10. A tip shrouded blade comprising:

an airfoil;

a tip shroud provided at a tip of said airfoil, said tip shroud having first and second axial end edges and first and second side edges; and

a reinforcing structure integrally formed with said tip shroud, and having a longitudinal axis, wherein said longitudinal axis of said reinforcing structure extends at an angle with respect to a longitudinal extent of said first axial end edge of said shroud, wherein said reinforcing structure comprises a cast web, and

wherein said reinforcing structure further comprises a reinforcing bar substantially encapsulated in said cast web.

11. A tip shrouded blade as in claim 10, wherein said reinforcing bar is formed from a ceramic or fiber reinforced ceramic-matrix composite.

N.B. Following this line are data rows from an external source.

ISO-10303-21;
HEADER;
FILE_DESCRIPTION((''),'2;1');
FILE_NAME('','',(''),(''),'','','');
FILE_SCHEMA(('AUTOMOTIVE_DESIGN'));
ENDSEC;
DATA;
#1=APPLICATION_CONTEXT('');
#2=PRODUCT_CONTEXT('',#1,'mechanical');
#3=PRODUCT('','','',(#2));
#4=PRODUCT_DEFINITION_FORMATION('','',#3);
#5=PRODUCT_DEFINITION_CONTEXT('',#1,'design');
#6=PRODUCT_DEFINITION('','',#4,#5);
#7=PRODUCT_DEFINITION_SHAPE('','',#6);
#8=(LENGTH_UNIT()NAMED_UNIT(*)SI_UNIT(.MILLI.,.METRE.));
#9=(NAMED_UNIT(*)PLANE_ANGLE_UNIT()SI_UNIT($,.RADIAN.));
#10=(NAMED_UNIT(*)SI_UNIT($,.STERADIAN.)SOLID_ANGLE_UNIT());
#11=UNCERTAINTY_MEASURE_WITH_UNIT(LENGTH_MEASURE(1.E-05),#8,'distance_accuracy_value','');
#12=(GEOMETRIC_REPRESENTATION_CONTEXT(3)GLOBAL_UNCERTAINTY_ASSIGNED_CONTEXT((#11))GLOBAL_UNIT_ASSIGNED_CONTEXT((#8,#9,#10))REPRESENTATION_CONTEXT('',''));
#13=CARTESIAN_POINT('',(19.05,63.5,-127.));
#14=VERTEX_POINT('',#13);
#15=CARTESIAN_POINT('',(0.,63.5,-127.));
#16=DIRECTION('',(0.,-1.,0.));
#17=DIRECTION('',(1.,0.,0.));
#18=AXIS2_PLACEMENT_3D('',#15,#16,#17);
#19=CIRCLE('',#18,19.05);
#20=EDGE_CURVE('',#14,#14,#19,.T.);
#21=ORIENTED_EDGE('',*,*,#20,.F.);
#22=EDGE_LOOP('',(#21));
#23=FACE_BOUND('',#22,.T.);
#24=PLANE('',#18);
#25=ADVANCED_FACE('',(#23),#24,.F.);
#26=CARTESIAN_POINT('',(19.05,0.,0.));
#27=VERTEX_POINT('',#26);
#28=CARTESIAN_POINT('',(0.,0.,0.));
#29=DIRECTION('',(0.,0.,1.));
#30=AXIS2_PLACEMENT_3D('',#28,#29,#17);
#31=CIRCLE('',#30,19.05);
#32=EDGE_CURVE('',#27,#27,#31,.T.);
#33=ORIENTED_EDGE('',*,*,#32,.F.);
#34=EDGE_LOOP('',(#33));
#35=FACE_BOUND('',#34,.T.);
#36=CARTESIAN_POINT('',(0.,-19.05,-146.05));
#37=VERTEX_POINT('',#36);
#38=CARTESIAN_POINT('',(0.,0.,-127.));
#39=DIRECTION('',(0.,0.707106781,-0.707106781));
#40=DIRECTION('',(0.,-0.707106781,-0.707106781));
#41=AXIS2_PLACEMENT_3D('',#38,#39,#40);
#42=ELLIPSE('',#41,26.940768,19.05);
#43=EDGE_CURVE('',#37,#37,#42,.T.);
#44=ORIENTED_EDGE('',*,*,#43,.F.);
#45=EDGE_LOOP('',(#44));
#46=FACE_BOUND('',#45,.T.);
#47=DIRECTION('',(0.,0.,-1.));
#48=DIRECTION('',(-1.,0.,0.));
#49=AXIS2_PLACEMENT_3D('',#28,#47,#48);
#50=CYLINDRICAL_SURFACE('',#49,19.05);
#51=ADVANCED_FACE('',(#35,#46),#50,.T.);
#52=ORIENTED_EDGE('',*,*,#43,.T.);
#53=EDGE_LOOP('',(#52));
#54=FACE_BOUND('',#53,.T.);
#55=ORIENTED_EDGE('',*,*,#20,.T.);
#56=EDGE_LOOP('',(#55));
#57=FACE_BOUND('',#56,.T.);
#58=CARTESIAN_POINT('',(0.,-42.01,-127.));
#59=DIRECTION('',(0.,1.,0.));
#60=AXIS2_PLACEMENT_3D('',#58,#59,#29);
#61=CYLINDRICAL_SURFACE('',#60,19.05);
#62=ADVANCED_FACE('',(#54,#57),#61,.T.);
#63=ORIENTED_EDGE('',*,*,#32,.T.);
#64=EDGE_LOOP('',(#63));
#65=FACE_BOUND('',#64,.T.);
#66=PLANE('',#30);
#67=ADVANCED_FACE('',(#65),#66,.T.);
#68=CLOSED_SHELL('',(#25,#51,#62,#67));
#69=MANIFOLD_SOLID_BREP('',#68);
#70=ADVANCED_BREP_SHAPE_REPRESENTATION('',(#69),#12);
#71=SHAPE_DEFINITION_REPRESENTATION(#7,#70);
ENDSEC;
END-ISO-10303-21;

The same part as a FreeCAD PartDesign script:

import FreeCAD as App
import Part
import Sketcher
Q = App.Units.Quantity

doc = App.newDocument("Part")
body = doc.addObject("PartDesign::Body", "Body")

sketch1 = body.newObject("Sketcher::SketchObject", "Sketch")
sketch1.AttachmentSupport = (doc.getObject("XY_Plane"), [""])
sketch1.MapMode = "FlatFace"
sketch1.addGeometry(Part.Circle(App.Vector(0, 0, 0), App.Vector(0, 0, 1), 19), False)
sketch1.addConstraint(Sketcher.Constraint("Coincident", 0, 3, -1, 1))
sketch1.addConstraint(Sketcher.Constraint("Diameter", 0, Q("1.5 in")))

sketch2 = body.newObject("Sketcher::SketchObject", "Sketch001")
sketch2.AttachmentSupport = (doc.getObject("YZ_Plane"), [""])
sketch2.MapMode = "FlatFace"
sketch2.addGeometry(Part.LineSegment(App.Vector(0, 0, 0), App.Vector(0, -127, 0)), False)
sketch2.addGeometry(Part.LineSegment(App.Vector(0, -127, 0), App.Vector(64, -127, 0)), False)
sketch2.addConstraint(Sketcher.Constraint("Coincident", 0, 2, 1, 1))
sketch2.addConstraint(Sketcher.Constraint("Vertical", 0))
sketch2.addConstraint(Sketcher.Constraint("Horizontal", 1))
sketch2.addConstraint(Sketcher.Constraint("Coincident", 0, 1, -1, 1))
sketch2.addConstraint(Sketcher.Constraint("DistanceY", 0, 2, 0, 1, Q("5 in")))
sketch2.addConstraint(Sketcher.Constraint("DistanceX", 1, 1, 1, 2, Q("2.5 in")))
doc.recompute()

additivepipe = body.newObject("PartDesign::AdditivePipe", "AdditivePipe")
additivepipe.Profile = sketch1
additivepipe.Spine = (sketch2, ["Edge1", "Edge2"])
additivepipe.Transition = "Right corner"

doc.recompute()
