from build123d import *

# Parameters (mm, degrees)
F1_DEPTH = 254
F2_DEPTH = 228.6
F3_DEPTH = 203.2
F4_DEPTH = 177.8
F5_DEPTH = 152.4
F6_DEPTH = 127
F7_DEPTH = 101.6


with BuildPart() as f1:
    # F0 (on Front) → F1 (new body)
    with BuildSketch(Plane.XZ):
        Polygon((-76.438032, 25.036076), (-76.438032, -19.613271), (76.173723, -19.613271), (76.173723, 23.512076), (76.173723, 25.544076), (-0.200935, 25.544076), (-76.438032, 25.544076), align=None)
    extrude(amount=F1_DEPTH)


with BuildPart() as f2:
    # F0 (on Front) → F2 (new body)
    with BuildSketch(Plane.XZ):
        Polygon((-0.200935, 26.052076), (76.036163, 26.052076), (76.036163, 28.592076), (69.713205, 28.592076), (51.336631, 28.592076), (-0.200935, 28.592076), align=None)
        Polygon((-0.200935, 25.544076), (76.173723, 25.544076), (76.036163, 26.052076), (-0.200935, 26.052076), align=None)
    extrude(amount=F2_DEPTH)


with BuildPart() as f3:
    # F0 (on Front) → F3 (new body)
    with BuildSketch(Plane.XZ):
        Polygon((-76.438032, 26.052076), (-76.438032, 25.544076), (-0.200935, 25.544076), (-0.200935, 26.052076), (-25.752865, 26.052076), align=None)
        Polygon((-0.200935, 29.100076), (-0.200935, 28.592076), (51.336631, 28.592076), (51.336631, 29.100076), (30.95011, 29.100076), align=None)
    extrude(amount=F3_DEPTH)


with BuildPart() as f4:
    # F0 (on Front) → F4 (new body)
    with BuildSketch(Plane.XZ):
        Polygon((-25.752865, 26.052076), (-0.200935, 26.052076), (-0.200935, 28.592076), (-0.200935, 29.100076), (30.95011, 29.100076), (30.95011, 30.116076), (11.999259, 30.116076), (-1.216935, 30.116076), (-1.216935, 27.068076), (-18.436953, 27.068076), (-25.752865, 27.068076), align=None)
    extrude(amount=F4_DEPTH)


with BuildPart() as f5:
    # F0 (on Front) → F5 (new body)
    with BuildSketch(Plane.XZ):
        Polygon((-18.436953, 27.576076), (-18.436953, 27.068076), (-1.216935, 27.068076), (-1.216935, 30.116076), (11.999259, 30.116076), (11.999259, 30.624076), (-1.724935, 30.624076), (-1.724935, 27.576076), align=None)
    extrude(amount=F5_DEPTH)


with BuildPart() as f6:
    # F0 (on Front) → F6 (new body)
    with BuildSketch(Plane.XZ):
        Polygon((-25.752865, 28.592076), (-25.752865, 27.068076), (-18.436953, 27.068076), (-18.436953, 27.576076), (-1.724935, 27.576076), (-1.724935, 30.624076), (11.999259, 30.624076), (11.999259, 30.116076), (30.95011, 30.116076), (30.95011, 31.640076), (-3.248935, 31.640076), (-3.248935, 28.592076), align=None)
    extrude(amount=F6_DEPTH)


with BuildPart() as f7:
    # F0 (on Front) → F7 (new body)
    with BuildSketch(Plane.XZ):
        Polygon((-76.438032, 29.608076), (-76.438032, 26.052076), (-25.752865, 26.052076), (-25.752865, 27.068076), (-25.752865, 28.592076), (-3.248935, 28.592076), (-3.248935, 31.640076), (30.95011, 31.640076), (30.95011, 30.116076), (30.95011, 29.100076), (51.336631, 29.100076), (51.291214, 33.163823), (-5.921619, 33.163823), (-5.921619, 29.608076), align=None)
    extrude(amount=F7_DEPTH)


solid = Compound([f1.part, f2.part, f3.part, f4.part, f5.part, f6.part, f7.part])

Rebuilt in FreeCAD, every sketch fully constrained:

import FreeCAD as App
import Part
import Sketcher

V = App.Vector
Q = App.Units.Quantity


def add_polygon(sketch, points):
    """Adds a closed chain of lines whose ends are joined by coincident constraints."""
    first, n = sketch.GeometryCount, len(points)
    for a, b in zip(points, points[1:] + points[:1]):
        sketch.addGeometry(Part.LineSegment(App.Vector(*a, 0), App.Vector(*b, 0)), False)
    for i in range(n):
        sketch.addConstraint(Sketcher.Constraint("Coincident", first + i, 2, first + (i + 1) % n, 1))

doc = App.newDocument("Part")
body = doc.addObject("PartDesign::Body", "Body")

# Sketch on XZ plane
sketch1 = body.newObject("Sketcher::SketchObject", "Sketch")
sketch1.AttachmentSupport = (doc.getObject("XZ_Plane"), [""])
sketch1.MapMode = "FlatFace"
add_polygon(sketch1, [(-76.438032, -19.613271), (76.173723, -19.613271), (76.173723, 25.544076), (-76.438032, 25.544076)])  # lines 0-3
sketch1.addConstraint([
    Sketcher.Constraint("Horizontal", 0),
    Sketcher.Constraint("Vertical", 1),
    Sketcher.Constraint("Horizontal", 2),
    Sketcher.Constraint("Vertical", 3),
    Sketcher.Constraint("DistanceX", 0, 1, 0, 2, 152.611755),
    Sketcher.Constraint("DistanceY", 1, 1, 1, 2, 45.157347),
    Sketcher.Constraint("DistanceY", 0, 2, -1, 1, 19.613271),
    Sketcher.Constraint("DistanceX", -1, 1, 0, 2, 76.173723),
])
pad1 = body.newObject("PartDesign::Pad", "Pad")
pad1.Profile = sketch1
pad1.Length = Q("10 in")
body2 = doc.addObject("PartDesign::Body", "Body001")

# Sketch on XZ plane
sketch2 = body2.newObject("Sketcher::SketchObject", "Sketch001")
sketch2.AttachmentSupport = (doc.getObject("XZ_Plane001"), [""])
sketch2.MapMode = "FlatFace"
add_polygon(sketch2, [(76.036163, 26.052076), (76.036163, 28.592076), (-0.200935, 28.592076), (-0.200935, 25.544076), (76.173723, 25.544076)])  # lines 0-4
sketch2.addConstraint([
    Sketcher.Constraint("Vertical", 0),
    Sketcher.Constraint("Horizontal", 1),
    Sketcher.Constraint("Vertical", 2),
    Sketcher.Constraint("Horizontal", 3),
    Sketcher.Constraint("DistanceY", 0, 1, 0, 2, Q("0.1 in")),
    Sketcher.Constraint("DistanceY", 2, 2, 2, 1, Q("0.12 in")),
    Sketcher.Constraint("DistanceX", 1, 2, 1, 1, 76.237098),
    Sketcher.Constraint("DistanceX", 3, 1, 3, 2, 76.374658),
    Sketcher.Constraint("DistanceX", -1, 1, 0, 2, 76.036163),
    Sketcher.Constraint("DistanceY", -1, 1, 0, 2, 28.592076),
])
pad2 = body2.newObject("PartDesign::Pad", "Pad001")
pad2.Profile = sketch2
pad2.Length = Q("9 in")
body3 = doc.addObject("PartDesign::Body", "Body002")
body3.AllowCompound = True

# Sketch on XZ plane
sketch3 = body3.newObject("Sketcher::SketchObject", "Sketch002")
sketch3.AttachmentSupport = (doc.getObject("XZ_Plane002"), [""])
sketch3.MapMode = "FlatFace"
add_polygon(sketch3, [(-76.438032, 26.052076), (-76.438032, 25.544076), (-0.200935, 25.544076), (-0.200935, 26.052076)])  # lines 0-3
add_polygon(sketch3, [(-0.200935, 29.100076), (-0.200935, 28.592076), (51.336631, 28.592076), (51.336631, 29.100076)])  # lines 4-7
sketch3.addConstraint([
    Sketcher.Constraint("Vertical", 0),
    Sketcher.Constraint("Horizontal", 1),
    Sketcher.Constraint("Vertical", 2),
    Sketcher.Constraint("Horizontal", 3),
    Sketcher.Constraint("Vertical", 4),
    Sketcher.Constraint("Horizontal", 5),
    Sketcher.Constraint("Vertical", 6),
    Sketcher.Constraint("Horizontal", 7),
    Sketcher.Constraint("Vertical", 2, 2, 4, 2),
    Sketcher.Constraint("Equal", 2, 4),
    Sketcher.Constraint("DistanceY", 0, 2, 0, 1, Q("0.02 in")),
    Sketcher.Constraint("DistanceY", 2, 2, 4, 2, Q("0.1 in")),
    Sketcher.Constraint("DistanceX", 1, 1, 1, 2, 76.237097),
    Sketcher.Constraint("DistanceX", 5, 1, 5, 2, 51.537566),
    Sketcher.Constraint("DistanceX", -1, 1, 5, 2, 51.336631),
    Sketcher.Constraint("DistanceY", -1, 1, 0, 2, 25.544076),
])
pad3 = body3.newObject("PartDesign::Pad", "Pad002")
pad3.Profile = sketch3
pad3.Length = Q("8 in")
body4 = doc.addObject("PartDesign::Body", "Body003")

# Sketch on XZ plane
sketch4 = body4.newObject("Sketcher::SketchObject", "Sketch003")
sketch4.AttachmentSupport = (doc.getObject("XZ_Plane003"), [""])
sketch4.MapMode = "FlatFace"
add_polygon(sketch4, [(-25.752865, 26.052076), (-0.200935, 26.052076), (-0.200935, 29.100076), (30.95011, 29.100076), (30.95011, 30.116076), (-1.216935, 30.116076), (-1.216935, 27.068076), (-25.752865, 27.068076)])  # lines 0-7
sketch4.addConstraint([
    Sketcher.Constraint("Horizontal", 0),
    Sketcher.Constraint("Vertical", 1),
    Sketcher.Constraint("Horizontal", 2),
    Sketcher.Constraint("Vertical", 3),
    Sketcher.Constraint("Horizontal", 4),
    Sketcher.Constraint("Vertical", 5),
    Sketcher.Constraint("Horizontal", 6),
    Sketcher.Constraint("Vertical", 7),
    Sketcher.Constraint("Equal", 1, 5),
    Sketcher.Constraint("DistanceY", 1, 1, 1, 2, Q("0.12 in")),
    Sketcher.Constraint("DistanceY", 3, 1, 3, 2, Q("0.04 in")),
    Sketcher.Constraint("DistanceX", 4, 2, 1, 2, Q("0.04 in")),
    Sketcher.Constraint("DistanceX", 0, 1, 0, 2, 25.55193),
    Sketcher.Constraint("DistanceX", 2, 1, 2, 2, 31.151045),
    Sketcher.Constraint("DistanceX", -1, 1, 2, 2, 30.95011),
    Sketcher.Constraint("DistanceY", -1, 1, 0, 2, 26.052076),
])
pad4 = body4.newObject("PartDesign::Pad", "Pad003")
pad4.Profile = sketch4
pad4.Length = Q("7 in")
body5 = doc.addObject("PartDesign::Body", "Body004")

# Sketch on XZ plane
sketch5 = body5.newObject("Sketcher::SketchObject", "Sketch004")
sketch5.AttachmentSupport = (doc.getObject("XZ_Plane004"), [""])
sketch5.MapMode = "FlatFace"
add_polygon(sketch5, [(-18.436953, 27.576076), (-18.436953, 27.068076), (-1.216935, 27.068076), (-1.216935, 30.116076), (11.999259, 30.116076), (11.999259, 30.624076), (-1.724935, 30.624076), (-1.724935, 27.576076)])  # lines 0-7
sketch5.addConstraint([
    Sketcher.Constraint("Vertical", 0),
    Sketcher.Constraint("Horizontal", 1),
    Sketcher.Constraint("Vertical", 2),
    Sketcher.Constraint("Horizontal", 3),
    Sketcher.Constraint("Vertical", 4),
    Sketcher.Constraint("Horizontal", 5),
    Sketcher.Constraint("Vertical", 6),
    Sketcher.Constraint("Horizontal", 7),
    Sketcher.Constraint("Equal", 0, 4),
    Sketcher.Constraint("DistanceY", 0, 2, 0, 1, Q("0.02 in")),
    Sketcher.Constraint("DistanceY", 2, 1, 2, 2, Q("0.12 in")),
    Sketcher.Constraint("DistanceX", 5, 2, 2, 2, Q("0.02 in")),
    Sketcher.Constraint("DistanceX", 7, 2, 7, 1, 16.712018),
    Sketcher.Constraint("DistanceX", 3, 1, 3, 2, 13.216194),
    Sketcher.Constraint("DistanceX", -1, 1, 3, 2, 11.999259),
    Sketcher.Constraint("DistanceY", -1, 1, 0, 2, 27.068076),
])
pad5 = body5.newObject("PartDesign::Pad", "Pad004")
pad5.Profile = sketch5
pad5.Length = Q("6 in")
body6 = doc.addObject("PartDesign::Body", "Body005")

# Sketch on XZ plane
sketch6 = body6.newObject("Sketcher::SketchObject", "Sketch005")
sketch6.AttachmentSupport = (doc.getObject("XZ_Plane005"), [""])
sketch6.MapMode = "FlatFace"
add_polygon(sketch6, [(-25.752865, 28.592076), (-25.752865, 27.068076), (-18.436953, 27.068076), (-18.436953, 27.576076), (-1.724935, 27.576076), (-1.724935, 30.624076), (11.999259, 30.624076), (11.999259, 30.116076), (30.95011, 30.116076), (30.95011, 31.640076), (-3.248935, 31.640076), (-3.248935, 28.592076)])  # lines 0-11
sketch6.addConstraint([
    Sketcher.Constraint("Vertical", 0),
    Sketcher.Constraint("Horizontal", 1),
    Sketcher.Constraint("Vertical", 2),
    Sketcher.Constraint("Horizontal", 3),
    Sketcher.Constraint("Vertical", 4),
    Sketcher.Constraint("Horizontal", 5),
    Sketcher.Constraint("Vertical", 6),
    Sketcher.Constraint("Horizontal", 7),
    Sketcher.Constraint("Vertical", 8),
    Sketcher.Constraint("Horizontal", 9),
    Sketcher.Constraint("Vertical", 10),
    Sketcher.Constraint("Horizontal", 11),
    Sketcher.Constraint("Equal", 2, 6),
    Sketcher.Constraint("Equal", 0, 8),
    Sketcher.Constraint("DistanceY", 0, 2, 0, 1, Q("0.06 in")),
    Sketcher.Constraint("DistanceY", 2, 1, 2, 2, Q("0.02 in")),
    Sketcher.Constraint("DistanceY", 4, 1, 4, 2, Q("0.12 in")),
    Sketcher.Constraint("DistanceX", 9, 2, 4, 2, Q("0.06 in")),
    Sketcher.Constraint("DistanceX", 3, 1, 3, 2, 16.712018),
    Sketcher.Constraint("DistanceX", 7, 1, 7, 2, 18.950851),
    Sketcher.Constraint("DistanceX", 11, 2, 11, 1, 22.50393),
    Sketcher.Constraint("DistanceX", 5, 1, 5, 2, 13.724194),
    Sketcher.Constraint("DistanceX", -1, 1, 5, 2, 11.999259),
    Sketcher.Constraint("DistanceY", -1, 1, 0, 2, 27.068076),
])
pad6 = body6.newObject("PartDesign::Pad", "Pad005")
pad6.Profile = sketch6
pad6.Length = Q("5 in")
body7 = doc.addObject("PartDesign::Body", "Body006")

# Sketch on XZ plane
sketch7 = body7.newObject("Sketcher::SketchObject", "Sketch006")
sketch7.AttachmentSupport = (doc.getObject("XZ_Plane006"), [""])
sketch7.MapMode = "FlatFace"
add_polygon(sketch7, [(-76.438032, 29.608076), (-76.438032, 26.052076), (-25.752865, 26.052076), (-25.752865, 28.592076), (-3.248935, 28.592076), (-3.248935, 31.640076), (30.95011, 31.640076), (30.95011, 29.100076), (51.336631, 29.100076), (51.291214, 33.163823), (-5.921619, 33.163823), (-5.921619, 29.608076)])  # lines 0-11
sketch7.addConstraint([
    Sketcher.Constraint("Vertical", 0),
    Sketcher.Constraint("Horizontal", 1),
    Sketcher.Constraint("Vertical", 2),
    Sketcher.Constraint("Horizontal", 3),
    Sketcher.Constraint("Vertical", 4),
    Sketcher.Constraint("Horizontal", 5),
    Sketcher.Constraint("Vertical", 6),
    Sketcher.Constraint("Horizontal", 7),
    Sketcher.Constraint("Horizontal", 9),
    Sketcher.Constraint("Vertical", 10),
    Sketcher.Constraint("Horizontal", 11),
    Sketcher.Constraint("Equal", 2, 6),
    Sketcher.Constraint("DistanceY", 2, 1, 2, 2, Q("0.1 in")),
    Sketcher.Constraint("DistanceY", 0, 2, 0, 1, Q("0.14 in")),
    Sketcher.Constraint("DistanceY", 4, 1, 4, 2, Q("0.12 in")),
    Sketcher.Constraint("Distance", 8, Q("0.16 in")),
    Sketcher.Constraint("DistanceX", 3, 1, 3, 2, 22.50393),
    Sketcher.Constraint("DistanceX", 7, 1, 7, 2, 20.386521),
    Sketcher.Constraint("DistanceX", 1, 1, 1, 2, 50.685167),
    Sketcher.Constraint("DistanceX", 5, 1, 5, 2, 34.199045),
    Sketcher.Constraint("DistanceX", 9, 2, 9, 1, 57.212833),
    Sketcher.Constraint("DistanceX", 11, 2, 11, 1, 70.516413),
    Sketcher.Constraint("DistanceX", -1, 1, 5, 2, 30.95011),
    Sketcher.Constraint("DistanceY", -1, 1, 0, 2, 26.052076),
])
pad7 = body7.newObject("PartDesign::Pad", "Pad006")
pad7.Profile = sketch7
pad7.Length = Q("4 in")

doc.recompute()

12. A turbomachine including:

at least one row of circumferentially engaged tip shrouded blades, each said tip shrouded blade including an airfoil, a generally circumferentially extending tip shroud provided at a tip of said airfoil and carried for rotation with the airfoil about an axis, and a reinforcing structure integrated with said tip shroud, each of said tip shrouds being configured for interlock with the tip shrouds of adjacent blades in said row, wherein each said reinforcing structure extends at an angle with respect to a circumferential extent of said respective tip shroud, wherein each said reinforcing structure comprises a ceramic or fiber reinforced ceramic-matrix composite.

13. A turbomachine as in claim 12, further comprising at least one generally radially outwardly projecting seal defined on each said tip shroud.

14. A turbomachine as in claim 13, wherein said seals extend generally circumferentially of said row.

15. A turbomachine as in claim 13, wherein each said reinforcing structure extends at least from an unsupported peripheral portion of said respective tip shroud to the seal thereof.

16. A turbomachine as in claim 12, wherein each said reinforcing structure comprises a cast web.

17. A turbomachine as in claim 16, wherein each said reinforcing structure further comprises a reinforcing bar substantially encapsulated in said cast web.

18. A turbomachine as in claim 12, wherein each said reinforcing structure extends vertically above a plane of said respective tip shroud.